Fun doesn’t even come close to describing my early years of camping and four-wheel driving!! I was born into it and I often warmly recall those distant childhood memories, fuzzy though they may now be.
My Dad had an old Series 2 Land Rover tray back ute and a couple of different sized canvas tents. We’d think nothing of it, bashing along old bush tracks, Mum and Dad in the front, the kids and the dog sliding around in the tray. We’d get to our spot, set up and that’d be us for the next week or two. Good times were had!
Then along came my own kids and we continued on with the tradition. Rather than a week or two in a beach side national park or outback riverside oasis, we moved more towards extended, nomadic touring. We began planning trips with multiple stops. Two weeks became three then four and before we knew it we started experiencing holidays where the journey itself was part of the adventure.
As our camping style began to change, so too did our vehicle and camping gear. Our vehicle changed from a soft roader (which I might add, took us to some pretty damn good camping spots) to an off-roader and finally settled on our current 4X4 – my trusty Toyota Prado 150.
So if you’re contemplating kitting yourself out for touring, here’s a list of gear you could consider to keep you rolling comfortably for weeks on end.
If you’ve travelled through the outback, you’ll have seen how much road kill is about and I wouldn’t leave home without knowing I have some front on protection from a rogue roo or emu.
Although rarely used, a bar-mounted winch is one of those modifications that can be a real blessing when the going really gets tough.
To say these lights are simply awesome wouldn’t do them justice and I consider these a real safety feature by allowing me to see a long way ahead as well as a decent spread of light either side of the road.
Keeping in mind that we regularly travel through some pretty rugged country towing an off-road camper (and also conscious of the additional front end weight the bar and winch add to the vehicle), we decided to upgrade the suspension with a full TJM XGS Gold Suspension Kit.
Situated under the bonnet, the air filter is the weak point in deep river crossings and keeping this high and dry is paramount. This is where the snorkel comes in by moving the actual air intake to a higher position, level with the roof line.
Expecting a mix of driving conditions, I opted for an all terrain tyre choice. The first set lasted just over 80,000 kilometres and with 40,000 kilometres clocked up on my second set of BFG AT’s, there’s still plenty of rubber yet to hit the road.
Probably one of the handiest pieces of kit I’ve added would be the 2.5m TJM awning. Mostly used in hot and sunny conditions, keeping us cool while we stop for a bite to eat. More recently though, it’s also saved us from a drenching or two and acts as a great little shelter above the kids in their swags.
Holding the awning up is my Rhino Rack Pioneer Roof Tray. It carries everything from the kids’ swags (theres three of them), spare wheel, shovel and high lift jack, through to the two spare jerry cans. Remember to try and keep your roof weight to a minimum!
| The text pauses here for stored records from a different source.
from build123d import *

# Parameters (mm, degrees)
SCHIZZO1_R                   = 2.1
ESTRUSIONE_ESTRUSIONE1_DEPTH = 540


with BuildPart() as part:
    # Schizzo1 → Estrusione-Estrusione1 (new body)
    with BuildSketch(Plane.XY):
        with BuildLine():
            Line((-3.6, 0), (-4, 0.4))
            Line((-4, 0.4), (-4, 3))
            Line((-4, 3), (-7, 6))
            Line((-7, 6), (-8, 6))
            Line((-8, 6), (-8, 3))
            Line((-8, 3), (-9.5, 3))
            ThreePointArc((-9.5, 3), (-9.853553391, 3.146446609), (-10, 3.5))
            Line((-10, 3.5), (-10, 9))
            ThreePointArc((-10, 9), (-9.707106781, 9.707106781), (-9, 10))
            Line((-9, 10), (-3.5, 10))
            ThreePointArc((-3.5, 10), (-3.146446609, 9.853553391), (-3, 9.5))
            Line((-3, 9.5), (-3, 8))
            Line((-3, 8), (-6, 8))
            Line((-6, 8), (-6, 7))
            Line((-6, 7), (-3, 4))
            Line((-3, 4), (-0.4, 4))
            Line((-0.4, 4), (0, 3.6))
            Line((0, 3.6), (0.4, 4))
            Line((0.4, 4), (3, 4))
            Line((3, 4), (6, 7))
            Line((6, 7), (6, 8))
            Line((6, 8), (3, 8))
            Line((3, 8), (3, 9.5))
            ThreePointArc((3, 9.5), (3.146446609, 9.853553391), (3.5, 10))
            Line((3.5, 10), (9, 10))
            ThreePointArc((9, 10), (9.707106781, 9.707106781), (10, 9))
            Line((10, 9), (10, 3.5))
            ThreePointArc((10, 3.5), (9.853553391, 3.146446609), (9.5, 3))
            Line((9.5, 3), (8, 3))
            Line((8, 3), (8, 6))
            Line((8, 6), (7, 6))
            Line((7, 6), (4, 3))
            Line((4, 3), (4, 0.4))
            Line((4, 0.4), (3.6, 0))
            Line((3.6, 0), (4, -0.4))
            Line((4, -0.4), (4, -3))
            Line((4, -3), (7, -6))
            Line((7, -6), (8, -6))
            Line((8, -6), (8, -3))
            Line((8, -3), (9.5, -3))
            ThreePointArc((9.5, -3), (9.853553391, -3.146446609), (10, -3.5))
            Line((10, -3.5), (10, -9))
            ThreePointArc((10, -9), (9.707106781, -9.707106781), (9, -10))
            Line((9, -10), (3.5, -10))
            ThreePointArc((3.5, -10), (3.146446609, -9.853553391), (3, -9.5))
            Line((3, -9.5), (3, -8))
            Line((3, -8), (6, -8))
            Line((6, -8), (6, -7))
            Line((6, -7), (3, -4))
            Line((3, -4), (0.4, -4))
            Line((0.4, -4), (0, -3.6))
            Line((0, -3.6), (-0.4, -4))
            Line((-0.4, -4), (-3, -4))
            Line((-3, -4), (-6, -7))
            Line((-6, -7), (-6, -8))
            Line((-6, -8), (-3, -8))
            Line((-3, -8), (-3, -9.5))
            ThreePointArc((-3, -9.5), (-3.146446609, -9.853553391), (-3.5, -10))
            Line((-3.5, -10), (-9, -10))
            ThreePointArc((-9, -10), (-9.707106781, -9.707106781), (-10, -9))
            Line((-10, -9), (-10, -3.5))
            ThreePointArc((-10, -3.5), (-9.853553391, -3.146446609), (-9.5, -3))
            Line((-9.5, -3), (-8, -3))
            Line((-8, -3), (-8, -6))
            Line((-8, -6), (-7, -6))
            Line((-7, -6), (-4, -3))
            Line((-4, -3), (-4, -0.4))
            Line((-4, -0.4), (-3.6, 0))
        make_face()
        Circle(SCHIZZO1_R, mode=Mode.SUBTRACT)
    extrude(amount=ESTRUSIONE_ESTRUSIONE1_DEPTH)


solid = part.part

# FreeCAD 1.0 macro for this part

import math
import FreeCAD as App
import Part
import Sketcher
from FreeCAD import Vector
Q = App.Units.Quantity

doc = App.newDocument("Part")
params = doc.addObject("Spreadsheet::Sheet", "Params")
for row, (alias, value) in enumerate([
    ("sketch1_radius", "1 mm"),
    ("sketch1_diameter", "4.2 mm"),
    ("sketch1_radius2", "0.5 mm"),
    ("sketch1_width", "1 mm"),
    ("sketch1_width2", "3 mm"),
    ("pad1_length", "540 mm"),
], start=1):
    params.set(f"A{row}", alias)
    params.set(f"B{row}", "=" + value)
    params.setAlias(f"B{row}", alias)

body = doc.addObject("PartDesign::Body", "Body")

# Sketch on XY plane
sketch1 = doc.addObject("Sketcher::SketchObject", "Sketch")
body.addObject(sketch1)
sketch1.AttachmentSupport = (doc.XY_Plane, [""])
sketch1.MapMode = "FlatFace"
sketch1.addGeometry([
    Part.LineSegment(Vector(-4, 0.4, 0), Vector(-3.6, 0, 0)),  # 0
    Part.LineSegment(Vector(-3.6, 0, 0), Vector(-4, -0.4, 0)),  # 1
    Part.LineSegment(Vector(-4, -0.4, 0), Vector(-4, -3, 0)),  # 2
    Part.LineSegment(Vector(-4, -3, 0), Vector(-7, -6, 0)),  # 3
    Part.LineSegment(Vector(-7, -6, 0), Vector(-8, -6, 0)),  # 4
    Part.LineSegment(Vector(-8, -6, 0), Vector(-8, -3, 0)),  # 5
    Part.LineSegment(Vector(-8, -3, 0), Vector(-9.5, -3, 0)),  # 6
    Part.ArcOfCircle(Part.Circle(Vector(-9.5, -3.5, 0), Vector(0, 0, 1), 0.5), math.radians(90), math.radians(180)),  # 7
    Part.LineSegment(Vector(-10, -3.5, 0), Vector(-10, -9, 0)),  # 8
Underneath the Prado and protecting the transmission, sump and steering components is a suit of armour which ensures I don’t cop a radiator puncture from a rogue stick or flying gibber rock.
A ‘must’ for any remote travel is an ability to communicate, and arguably one of the most common forms of communication is a UHF Radio. I run a GME TX3340 with the controls on the mic itself. This way I can adjust the channel and volume settings without needing to look at the radio unit.
Taking the ‘she’ll be right’ approach to tyre pressure is a common mistake in off-road travel. I run Hannibal Safari’s ‘SensaTyre’ wireless tyre pressure monitoring system which takes the guesswork out by keeping tyre pressure forefront of mind.
Re-inflating my tyres to the right pressure is a TJM Air Compressor.
Don’t leave home without it! My kit contains everything you need to help get you out of trouble, including snatch straps, a tree trunk protector, winch recovery blanket and rated bow shackles.